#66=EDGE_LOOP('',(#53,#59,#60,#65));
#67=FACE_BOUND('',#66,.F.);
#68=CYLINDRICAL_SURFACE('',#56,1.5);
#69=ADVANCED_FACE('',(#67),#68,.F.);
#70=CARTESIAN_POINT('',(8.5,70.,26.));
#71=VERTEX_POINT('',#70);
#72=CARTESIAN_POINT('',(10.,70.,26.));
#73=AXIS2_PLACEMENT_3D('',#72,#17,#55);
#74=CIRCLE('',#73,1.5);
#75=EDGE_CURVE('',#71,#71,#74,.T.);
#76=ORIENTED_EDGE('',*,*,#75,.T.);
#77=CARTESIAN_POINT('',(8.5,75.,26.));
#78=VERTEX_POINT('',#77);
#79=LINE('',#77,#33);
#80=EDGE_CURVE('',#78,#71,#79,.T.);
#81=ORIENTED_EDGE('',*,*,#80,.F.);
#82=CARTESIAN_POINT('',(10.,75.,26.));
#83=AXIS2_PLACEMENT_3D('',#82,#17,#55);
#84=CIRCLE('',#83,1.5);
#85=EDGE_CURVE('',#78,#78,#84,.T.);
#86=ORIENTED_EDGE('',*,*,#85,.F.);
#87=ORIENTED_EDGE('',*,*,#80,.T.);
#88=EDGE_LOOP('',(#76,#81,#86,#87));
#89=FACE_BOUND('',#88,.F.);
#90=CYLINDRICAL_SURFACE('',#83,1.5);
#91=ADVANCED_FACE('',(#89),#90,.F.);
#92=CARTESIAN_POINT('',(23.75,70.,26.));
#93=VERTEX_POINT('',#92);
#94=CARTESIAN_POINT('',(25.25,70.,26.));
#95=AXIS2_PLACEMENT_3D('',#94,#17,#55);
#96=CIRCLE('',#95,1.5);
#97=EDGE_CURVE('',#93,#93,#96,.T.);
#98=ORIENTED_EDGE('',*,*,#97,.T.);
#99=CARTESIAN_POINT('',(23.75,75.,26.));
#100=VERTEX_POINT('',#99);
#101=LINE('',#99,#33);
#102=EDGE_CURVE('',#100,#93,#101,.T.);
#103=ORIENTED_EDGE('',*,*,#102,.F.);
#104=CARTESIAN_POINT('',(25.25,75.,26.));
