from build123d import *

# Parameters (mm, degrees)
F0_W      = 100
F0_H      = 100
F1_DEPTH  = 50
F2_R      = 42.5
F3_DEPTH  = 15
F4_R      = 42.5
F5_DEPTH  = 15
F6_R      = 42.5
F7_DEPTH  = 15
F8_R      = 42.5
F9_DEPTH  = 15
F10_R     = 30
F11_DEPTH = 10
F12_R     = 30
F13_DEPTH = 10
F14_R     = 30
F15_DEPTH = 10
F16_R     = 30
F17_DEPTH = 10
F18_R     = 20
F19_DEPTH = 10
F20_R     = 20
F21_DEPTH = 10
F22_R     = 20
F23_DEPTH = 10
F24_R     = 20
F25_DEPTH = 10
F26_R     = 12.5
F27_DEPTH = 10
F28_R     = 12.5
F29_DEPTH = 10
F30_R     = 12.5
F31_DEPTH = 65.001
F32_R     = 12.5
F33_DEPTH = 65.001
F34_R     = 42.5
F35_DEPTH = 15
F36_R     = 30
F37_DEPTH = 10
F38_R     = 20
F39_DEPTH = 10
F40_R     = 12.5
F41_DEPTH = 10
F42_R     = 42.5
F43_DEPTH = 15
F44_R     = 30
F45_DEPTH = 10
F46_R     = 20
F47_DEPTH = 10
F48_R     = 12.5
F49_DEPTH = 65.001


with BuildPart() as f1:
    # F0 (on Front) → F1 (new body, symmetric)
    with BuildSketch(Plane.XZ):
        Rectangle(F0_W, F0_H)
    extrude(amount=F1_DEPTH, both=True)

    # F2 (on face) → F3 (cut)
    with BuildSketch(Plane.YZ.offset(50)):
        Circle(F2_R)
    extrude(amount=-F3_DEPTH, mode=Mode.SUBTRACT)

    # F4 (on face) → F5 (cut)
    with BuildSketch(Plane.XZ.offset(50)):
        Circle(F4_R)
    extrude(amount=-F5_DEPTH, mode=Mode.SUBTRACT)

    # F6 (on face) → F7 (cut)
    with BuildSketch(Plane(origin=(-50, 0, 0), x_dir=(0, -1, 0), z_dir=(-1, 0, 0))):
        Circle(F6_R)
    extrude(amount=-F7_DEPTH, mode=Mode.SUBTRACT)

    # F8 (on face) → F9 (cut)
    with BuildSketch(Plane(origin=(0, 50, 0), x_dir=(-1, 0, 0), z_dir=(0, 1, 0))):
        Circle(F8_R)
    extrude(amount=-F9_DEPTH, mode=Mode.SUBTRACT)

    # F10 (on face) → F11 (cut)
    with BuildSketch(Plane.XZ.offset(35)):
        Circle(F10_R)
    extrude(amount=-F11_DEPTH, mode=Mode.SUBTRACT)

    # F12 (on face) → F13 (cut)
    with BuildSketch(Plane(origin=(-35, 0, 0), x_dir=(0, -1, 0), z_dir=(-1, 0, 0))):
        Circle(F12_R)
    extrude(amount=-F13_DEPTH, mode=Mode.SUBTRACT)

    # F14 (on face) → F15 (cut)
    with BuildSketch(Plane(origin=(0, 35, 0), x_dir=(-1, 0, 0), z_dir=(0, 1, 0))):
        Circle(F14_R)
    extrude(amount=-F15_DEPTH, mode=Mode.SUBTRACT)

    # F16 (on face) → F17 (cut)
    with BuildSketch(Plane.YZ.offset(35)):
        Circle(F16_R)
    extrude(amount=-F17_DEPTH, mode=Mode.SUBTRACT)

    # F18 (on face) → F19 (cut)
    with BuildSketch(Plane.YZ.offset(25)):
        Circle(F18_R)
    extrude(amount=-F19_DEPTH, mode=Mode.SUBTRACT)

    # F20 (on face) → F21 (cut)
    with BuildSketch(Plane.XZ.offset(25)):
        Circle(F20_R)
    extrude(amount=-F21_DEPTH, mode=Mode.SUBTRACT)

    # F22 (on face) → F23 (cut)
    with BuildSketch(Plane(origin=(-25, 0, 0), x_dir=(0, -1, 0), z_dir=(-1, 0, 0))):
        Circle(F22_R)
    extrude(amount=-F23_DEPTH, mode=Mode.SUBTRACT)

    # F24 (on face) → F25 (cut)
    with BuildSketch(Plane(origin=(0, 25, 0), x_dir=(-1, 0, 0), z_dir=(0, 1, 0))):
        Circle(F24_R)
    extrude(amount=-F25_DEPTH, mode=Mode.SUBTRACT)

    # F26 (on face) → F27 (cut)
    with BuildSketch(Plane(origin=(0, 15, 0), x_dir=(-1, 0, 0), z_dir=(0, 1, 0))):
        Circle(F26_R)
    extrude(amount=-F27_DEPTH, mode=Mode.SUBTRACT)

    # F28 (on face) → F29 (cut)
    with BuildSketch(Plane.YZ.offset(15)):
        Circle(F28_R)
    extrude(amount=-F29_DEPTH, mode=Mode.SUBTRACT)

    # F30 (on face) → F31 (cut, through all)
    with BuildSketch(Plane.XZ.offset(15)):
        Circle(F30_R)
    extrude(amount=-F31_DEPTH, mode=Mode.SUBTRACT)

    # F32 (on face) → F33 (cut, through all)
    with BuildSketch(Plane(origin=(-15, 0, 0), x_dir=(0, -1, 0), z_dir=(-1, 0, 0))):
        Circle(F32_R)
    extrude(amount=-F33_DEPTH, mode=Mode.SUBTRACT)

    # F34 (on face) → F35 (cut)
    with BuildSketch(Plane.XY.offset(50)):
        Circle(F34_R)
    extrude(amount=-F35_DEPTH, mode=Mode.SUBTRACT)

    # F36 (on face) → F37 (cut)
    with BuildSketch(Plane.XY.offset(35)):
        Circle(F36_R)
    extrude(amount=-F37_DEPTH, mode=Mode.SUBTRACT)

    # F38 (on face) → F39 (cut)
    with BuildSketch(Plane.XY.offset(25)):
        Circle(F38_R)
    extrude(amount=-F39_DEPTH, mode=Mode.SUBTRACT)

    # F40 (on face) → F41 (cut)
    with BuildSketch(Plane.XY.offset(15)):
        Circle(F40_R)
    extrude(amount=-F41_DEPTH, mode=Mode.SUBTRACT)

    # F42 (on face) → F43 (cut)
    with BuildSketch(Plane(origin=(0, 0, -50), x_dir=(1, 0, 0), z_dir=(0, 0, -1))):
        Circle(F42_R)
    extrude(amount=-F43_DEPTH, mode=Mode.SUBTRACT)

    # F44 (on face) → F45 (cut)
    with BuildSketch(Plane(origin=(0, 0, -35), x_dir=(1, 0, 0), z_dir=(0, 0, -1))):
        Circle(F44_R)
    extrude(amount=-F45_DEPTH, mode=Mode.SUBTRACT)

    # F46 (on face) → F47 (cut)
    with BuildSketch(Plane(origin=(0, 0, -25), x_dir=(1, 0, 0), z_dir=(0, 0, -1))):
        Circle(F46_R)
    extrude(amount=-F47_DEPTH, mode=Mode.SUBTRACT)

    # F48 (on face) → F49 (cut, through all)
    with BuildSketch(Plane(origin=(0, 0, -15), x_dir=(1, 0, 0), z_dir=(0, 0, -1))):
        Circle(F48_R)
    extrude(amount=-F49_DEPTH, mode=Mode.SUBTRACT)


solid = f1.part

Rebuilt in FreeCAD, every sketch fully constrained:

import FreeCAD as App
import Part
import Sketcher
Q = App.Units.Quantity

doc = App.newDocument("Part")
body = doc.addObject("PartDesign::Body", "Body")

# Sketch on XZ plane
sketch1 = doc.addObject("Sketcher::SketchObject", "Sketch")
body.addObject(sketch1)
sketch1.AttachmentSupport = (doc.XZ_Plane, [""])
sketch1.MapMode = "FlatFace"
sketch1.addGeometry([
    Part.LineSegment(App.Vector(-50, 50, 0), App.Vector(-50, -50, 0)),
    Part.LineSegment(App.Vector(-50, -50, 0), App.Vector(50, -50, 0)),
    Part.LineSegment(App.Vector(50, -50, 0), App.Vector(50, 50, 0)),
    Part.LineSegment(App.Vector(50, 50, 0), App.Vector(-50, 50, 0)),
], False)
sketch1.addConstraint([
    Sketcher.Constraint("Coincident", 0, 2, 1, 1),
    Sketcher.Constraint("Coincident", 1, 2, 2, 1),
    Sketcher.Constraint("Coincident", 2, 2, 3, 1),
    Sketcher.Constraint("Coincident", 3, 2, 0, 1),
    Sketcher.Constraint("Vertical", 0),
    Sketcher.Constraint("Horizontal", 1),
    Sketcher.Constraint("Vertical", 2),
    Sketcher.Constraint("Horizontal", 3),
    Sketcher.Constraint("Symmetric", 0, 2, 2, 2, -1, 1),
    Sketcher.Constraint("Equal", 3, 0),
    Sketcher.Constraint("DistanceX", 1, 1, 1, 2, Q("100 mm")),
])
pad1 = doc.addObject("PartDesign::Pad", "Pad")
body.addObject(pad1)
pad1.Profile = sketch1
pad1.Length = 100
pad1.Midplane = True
* * * * * * *
What you give back should be exactly the lines of the data above from the line with "# F16 (on face) → F17 (cut)" through the line with "extrude(amount=-F27_DEPTH, mode=Mode.SUBTRACT)", both of those included, and nothing more.

- _Result_
    # F16 (on face) → F17 (cut)
    with BuildSketch(Plane.YZ.offset(35)):
        Circle(F16_R)
    extrude(amount=-F17_DEPTH, mode=Mode.SUBTRACT)

    # F18 (on face) → F19 (cut)
    with BuildSketch(Plane.YZ.offset(25)):
        Circle(F18_R)
    extrude(amount=-F19_DEPTH, mode=Mode.SUBTRACT)

    # F20 (on face) → F21 (cut)
    with BuildSketch(Plane.XZ.offset(25)):
        Circle(F20_R)
    extrude(amount=-F21_DEPTH, mode=Mode.SUBTRACT)

    # F22 (on face) → F23 (cut)
    with BuildSketch(Plane(origin=(-25, 0, 0), x_dir=(0, -1, 0), z_dir=(-1, 0, 0))):
        Circle(F22_R)
    extrude(amount=-F23_DEPTH, mode=Mode.SUBTRACT)

    # F24 (on face) → F25 (cut)
    with BuildSketch(Plane(origin=(0, 25, 0), x_dir=(-1, 0, 0), z_dir=(0, 1, 0))):
        Circle(F24_R)
    extrude(amount=-F25_DEPTH, mode=Mode.SUBTRACT)

    # F26 (on face) → F27 (cut)
    with BuildSketch(Plane(origin=(0, 15, 0), x_dir=(-1, 0, 0), z_dir=(0, 1, 0))):
        Circle(F26_R)
    extrude(amount=-F27_DEPTH, mode=Mode.SUBTRACT)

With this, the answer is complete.